Assigned task »
Since only part of the material below is wanted, output exactly the lines from the one with "v -2.746 11.595 -25.251" up to and including the one with "v -20.056 11.595 18.058".

────────────────

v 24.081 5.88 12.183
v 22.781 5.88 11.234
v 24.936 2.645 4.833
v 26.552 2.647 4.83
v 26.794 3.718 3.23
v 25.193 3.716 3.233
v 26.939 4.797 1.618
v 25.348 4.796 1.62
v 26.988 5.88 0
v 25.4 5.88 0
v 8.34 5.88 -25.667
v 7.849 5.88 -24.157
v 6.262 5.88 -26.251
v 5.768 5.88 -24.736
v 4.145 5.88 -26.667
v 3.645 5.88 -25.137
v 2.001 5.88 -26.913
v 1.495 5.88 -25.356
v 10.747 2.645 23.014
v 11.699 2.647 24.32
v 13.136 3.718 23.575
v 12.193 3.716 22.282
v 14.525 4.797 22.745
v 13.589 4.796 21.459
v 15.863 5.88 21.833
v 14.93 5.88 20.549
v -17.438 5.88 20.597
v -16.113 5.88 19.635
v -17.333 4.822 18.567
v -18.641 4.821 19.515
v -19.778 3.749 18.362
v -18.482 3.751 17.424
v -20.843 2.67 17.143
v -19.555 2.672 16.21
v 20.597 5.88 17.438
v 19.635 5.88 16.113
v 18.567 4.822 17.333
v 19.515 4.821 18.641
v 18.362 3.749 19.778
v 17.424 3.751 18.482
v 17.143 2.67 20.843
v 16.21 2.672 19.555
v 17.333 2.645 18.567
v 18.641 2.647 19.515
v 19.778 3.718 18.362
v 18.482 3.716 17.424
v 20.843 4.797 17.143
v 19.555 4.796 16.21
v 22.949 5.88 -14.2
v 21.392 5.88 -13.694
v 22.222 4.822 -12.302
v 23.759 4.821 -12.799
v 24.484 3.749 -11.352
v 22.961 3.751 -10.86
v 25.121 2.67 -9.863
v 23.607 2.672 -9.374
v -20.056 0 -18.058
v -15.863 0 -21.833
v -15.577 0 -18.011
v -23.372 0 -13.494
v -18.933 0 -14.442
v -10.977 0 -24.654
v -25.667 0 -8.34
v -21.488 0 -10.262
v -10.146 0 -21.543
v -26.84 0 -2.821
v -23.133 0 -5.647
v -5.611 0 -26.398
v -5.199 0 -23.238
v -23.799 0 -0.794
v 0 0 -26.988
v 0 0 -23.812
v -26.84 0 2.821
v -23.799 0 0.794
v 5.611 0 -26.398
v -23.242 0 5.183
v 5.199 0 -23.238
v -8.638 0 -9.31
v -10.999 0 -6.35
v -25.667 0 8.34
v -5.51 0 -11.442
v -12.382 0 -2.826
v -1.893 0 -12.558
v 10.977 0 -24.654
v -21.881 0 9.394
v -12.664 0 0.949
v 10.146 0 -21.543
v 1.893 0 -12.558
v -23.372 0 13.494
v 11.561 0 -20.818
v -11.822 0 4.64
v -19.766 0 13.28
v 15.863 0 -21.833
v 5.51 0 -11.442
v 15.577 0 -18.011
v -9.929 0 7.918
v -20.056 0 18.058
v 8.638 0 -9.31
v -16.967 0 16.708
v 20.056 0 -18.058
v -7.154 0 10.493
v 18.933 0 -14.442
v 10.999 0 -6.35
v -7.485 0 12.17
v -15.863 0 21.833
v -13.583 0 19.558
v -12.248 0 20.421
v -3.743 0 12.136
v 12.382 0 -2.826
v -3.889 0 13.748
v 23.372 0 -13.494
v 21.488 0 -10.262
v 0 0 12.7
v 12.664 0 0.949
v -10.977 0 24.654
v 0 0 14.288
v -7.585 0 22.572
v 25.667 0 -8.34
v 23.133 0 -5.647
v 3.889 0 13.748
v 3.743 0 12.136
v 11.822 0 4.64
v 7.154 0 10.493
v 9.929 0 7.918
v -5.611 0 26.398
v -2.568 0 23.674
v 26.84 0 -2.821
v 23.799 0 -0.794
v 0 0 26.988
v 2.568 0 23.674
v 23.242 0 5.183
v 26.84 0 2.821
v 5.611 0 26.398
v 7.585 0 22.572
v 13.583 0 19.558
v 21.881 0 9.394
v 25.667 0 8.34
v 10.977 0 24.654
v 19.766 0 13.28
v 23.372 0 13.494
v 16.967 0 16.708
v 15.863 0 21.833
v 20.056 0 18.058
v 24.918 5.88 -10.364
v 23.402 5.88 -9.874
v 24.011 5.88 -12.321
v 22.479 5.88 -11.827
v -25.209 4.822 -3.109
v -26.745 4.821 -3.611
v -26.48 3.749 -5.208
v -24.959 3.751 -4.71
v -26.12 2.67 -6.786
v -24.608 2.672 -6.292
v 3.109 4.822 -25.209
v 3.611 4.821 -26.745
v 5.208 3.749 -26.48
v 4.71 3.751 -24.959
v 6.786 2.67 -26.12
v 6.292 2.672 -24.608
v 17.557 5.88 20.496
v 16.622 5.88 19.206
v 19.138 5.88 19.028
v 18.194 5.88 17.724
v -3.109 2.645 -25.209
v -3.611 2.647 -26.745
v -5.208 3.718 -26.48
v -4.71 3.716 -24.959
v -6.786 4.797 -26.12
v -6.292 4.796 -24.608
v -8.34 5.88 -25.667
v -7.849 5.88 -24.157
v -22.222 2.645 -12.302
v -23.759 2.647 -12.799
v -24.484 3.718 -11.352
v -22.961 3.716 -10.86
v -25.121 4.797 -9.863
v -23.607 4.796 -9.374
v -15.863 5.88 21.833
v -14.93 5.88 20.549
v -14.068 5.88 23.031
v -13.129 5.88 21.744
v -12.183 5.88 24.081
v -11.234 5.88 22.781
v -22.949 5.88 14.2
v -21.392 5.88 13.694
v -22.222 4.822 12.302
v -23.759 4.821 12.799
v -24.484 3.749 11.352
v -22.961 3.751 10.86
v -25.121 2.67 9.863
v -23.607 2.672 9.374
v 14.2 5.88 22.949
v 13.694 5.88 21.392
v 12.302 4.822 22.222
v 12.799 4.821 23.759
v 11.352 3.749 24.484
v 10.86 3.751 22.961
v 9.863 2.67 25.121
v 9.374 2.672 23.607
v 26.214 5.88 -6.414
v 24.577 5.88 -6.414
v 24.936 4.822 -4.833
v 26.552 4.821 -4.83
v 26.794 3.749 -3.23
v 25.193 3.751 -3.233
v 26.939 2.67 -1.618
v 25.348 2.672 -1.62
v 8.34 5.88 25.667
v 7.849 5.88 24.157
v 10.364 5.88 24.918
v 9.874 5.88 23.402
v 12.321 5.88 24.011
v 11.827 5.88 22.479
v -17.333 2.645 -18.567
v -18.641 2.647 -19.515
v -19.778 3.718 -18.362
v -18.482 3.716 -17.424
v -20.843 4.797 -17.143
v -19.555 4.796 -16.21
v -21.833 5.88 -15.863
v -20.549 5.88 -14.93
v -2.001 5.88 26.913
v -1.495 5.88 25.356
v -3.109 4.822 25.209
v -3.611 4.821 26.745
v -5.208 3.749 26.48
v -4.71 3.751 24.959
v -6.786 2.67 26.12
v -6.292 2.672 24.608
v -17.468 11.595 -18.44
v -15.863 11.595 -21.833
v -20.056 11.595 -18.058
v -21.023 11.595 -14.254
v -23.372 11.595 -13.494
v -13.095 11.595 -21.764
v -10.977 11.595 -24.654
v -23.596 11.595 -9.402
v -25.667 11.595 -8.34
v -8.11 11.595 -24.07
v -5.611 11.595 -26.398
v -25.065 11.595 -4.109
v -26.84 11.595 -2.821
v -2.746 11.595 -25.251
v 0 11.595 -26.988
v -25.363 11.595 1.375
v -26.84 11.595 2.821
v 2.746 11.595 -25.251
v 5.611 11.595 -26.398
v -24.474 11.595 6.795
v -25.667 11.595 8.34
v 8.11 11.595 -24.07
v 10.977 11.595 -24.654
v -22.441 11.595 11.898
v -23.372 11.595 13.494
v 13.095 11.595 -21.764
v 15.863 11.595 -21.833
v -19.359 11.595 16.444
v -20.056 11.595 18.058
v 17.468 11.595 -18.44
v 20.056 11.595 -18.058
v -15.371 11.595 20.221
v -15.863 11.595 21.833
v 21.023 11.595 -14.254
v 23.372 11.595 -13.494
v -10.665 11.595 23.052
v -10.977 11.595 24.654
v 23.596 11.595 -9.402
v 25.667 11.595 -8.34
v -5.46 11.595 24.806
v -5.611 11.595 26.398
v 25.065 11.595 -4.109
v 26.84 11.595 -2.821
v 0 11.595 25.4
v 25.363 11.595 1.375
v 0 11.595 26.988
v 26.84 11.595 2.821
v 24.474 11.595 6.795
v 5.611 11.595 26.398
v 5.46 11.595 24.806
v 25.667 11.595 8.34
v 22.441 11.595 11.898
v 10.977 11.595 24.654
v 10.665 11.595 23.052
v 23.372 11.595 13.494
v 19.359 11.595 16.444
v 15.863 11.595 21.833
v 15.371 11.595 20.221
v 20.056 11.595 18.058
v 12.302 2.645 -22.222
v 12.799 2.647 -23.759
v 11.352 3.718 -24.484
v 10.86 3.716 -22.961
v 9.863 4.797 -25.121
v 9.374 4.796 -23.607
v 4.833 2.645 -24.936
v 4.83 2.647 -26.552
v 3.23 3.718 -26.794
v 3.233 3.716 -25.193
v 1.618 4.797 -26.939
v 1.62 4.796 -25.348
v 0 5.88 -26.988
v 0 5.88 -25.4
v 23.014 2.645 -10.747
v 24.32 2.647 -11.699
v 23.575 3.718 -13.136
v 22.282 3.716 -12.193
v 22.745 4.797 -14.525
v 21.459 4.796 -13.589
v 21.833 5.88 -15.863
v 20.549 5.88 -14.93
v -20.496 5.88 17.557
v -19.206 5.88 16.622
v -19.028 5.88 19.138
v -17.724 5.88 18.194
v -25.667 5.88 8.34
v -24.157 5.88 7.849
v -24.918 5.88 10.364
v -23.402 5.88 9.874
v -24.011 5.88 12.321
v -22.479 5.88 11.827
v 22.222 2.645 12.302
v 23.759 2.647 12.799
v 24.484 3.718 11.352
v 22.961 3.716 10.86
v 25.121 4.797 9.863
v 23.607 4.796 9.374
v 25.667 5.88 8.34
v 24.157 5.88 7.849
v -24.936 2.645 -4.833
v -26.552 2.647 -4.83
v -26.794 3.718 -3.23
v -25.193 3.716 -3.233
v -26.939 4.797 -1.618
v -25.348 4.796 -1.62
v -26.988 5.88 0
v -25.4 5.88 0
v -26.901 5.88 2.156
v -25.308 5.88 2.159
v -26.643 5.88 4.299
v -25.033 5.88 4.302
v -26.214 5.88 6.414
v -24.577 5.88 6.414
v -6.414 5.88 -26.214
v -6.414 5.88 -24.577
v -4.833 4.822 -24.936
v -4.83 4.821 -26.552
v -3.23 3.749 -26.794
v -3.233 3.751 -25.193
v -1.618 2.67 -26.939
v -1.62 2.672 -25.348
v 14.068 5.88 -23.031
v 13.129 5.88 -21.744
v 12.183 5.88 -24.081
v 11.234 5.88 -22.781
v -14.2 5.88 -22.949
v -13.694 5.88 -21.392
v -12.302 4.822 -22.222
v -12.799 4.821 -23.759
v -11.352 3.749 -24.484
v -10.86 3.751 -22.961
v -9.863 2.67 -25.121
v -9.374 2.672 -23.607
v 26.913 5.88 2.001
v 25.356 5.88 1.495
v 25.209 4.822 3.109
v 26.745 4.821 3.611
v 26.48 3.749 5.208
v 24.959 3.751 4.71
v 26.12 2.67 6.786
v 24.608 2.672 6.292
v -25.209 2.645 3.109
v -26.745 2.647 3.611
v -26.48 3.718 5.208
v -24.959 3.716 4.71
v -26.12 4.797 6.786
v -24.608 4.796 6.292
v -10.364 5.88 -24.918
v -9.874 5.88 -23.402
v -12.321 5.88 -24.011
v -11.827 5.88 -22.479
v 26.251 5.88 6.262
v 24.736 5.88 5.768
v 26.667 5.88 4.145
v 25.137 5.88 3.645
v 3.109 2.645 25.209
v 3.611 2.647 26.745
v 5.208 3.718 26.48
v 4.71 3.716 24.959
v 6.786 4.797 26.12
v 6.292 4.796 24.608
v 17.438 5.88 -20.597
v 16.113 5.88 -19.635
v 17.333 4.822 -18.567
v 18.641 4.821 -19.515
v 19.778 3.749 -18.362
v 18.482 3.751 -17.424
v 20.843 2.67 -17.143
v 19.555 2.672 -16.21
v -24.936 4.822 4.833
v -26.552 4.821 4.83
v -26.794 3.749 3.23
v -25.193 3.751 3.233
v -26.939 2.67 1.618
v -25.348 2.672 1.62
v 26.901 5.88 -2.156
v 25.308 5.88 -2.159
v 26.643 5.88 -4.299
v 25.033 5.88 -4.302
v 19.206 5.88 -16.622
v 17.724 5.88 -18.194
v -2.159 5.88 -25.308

────────────────

Answer to the exercise »
v -2.746 11.595 -25.251
v 0 11.595 -26.988
v -25.363 11.595 1.375
v -26.84 11.595 2.821
v 2.746 11.595 -25.251
v 5.611 11.595 -26.398
v -24.474 11.595 6.795
v -25.667 11.595 8.34
v 8.11 11.595 -24.07
v 10.977 11.595 -24.654
v -22.441 11.595 11.898
v -23.372 11.595 13.494
v 13.095 11.595 -21.764
v 15.863 11.595 -21.833
v -19.359 11.595 16.444
v -20.056 11.595 18.058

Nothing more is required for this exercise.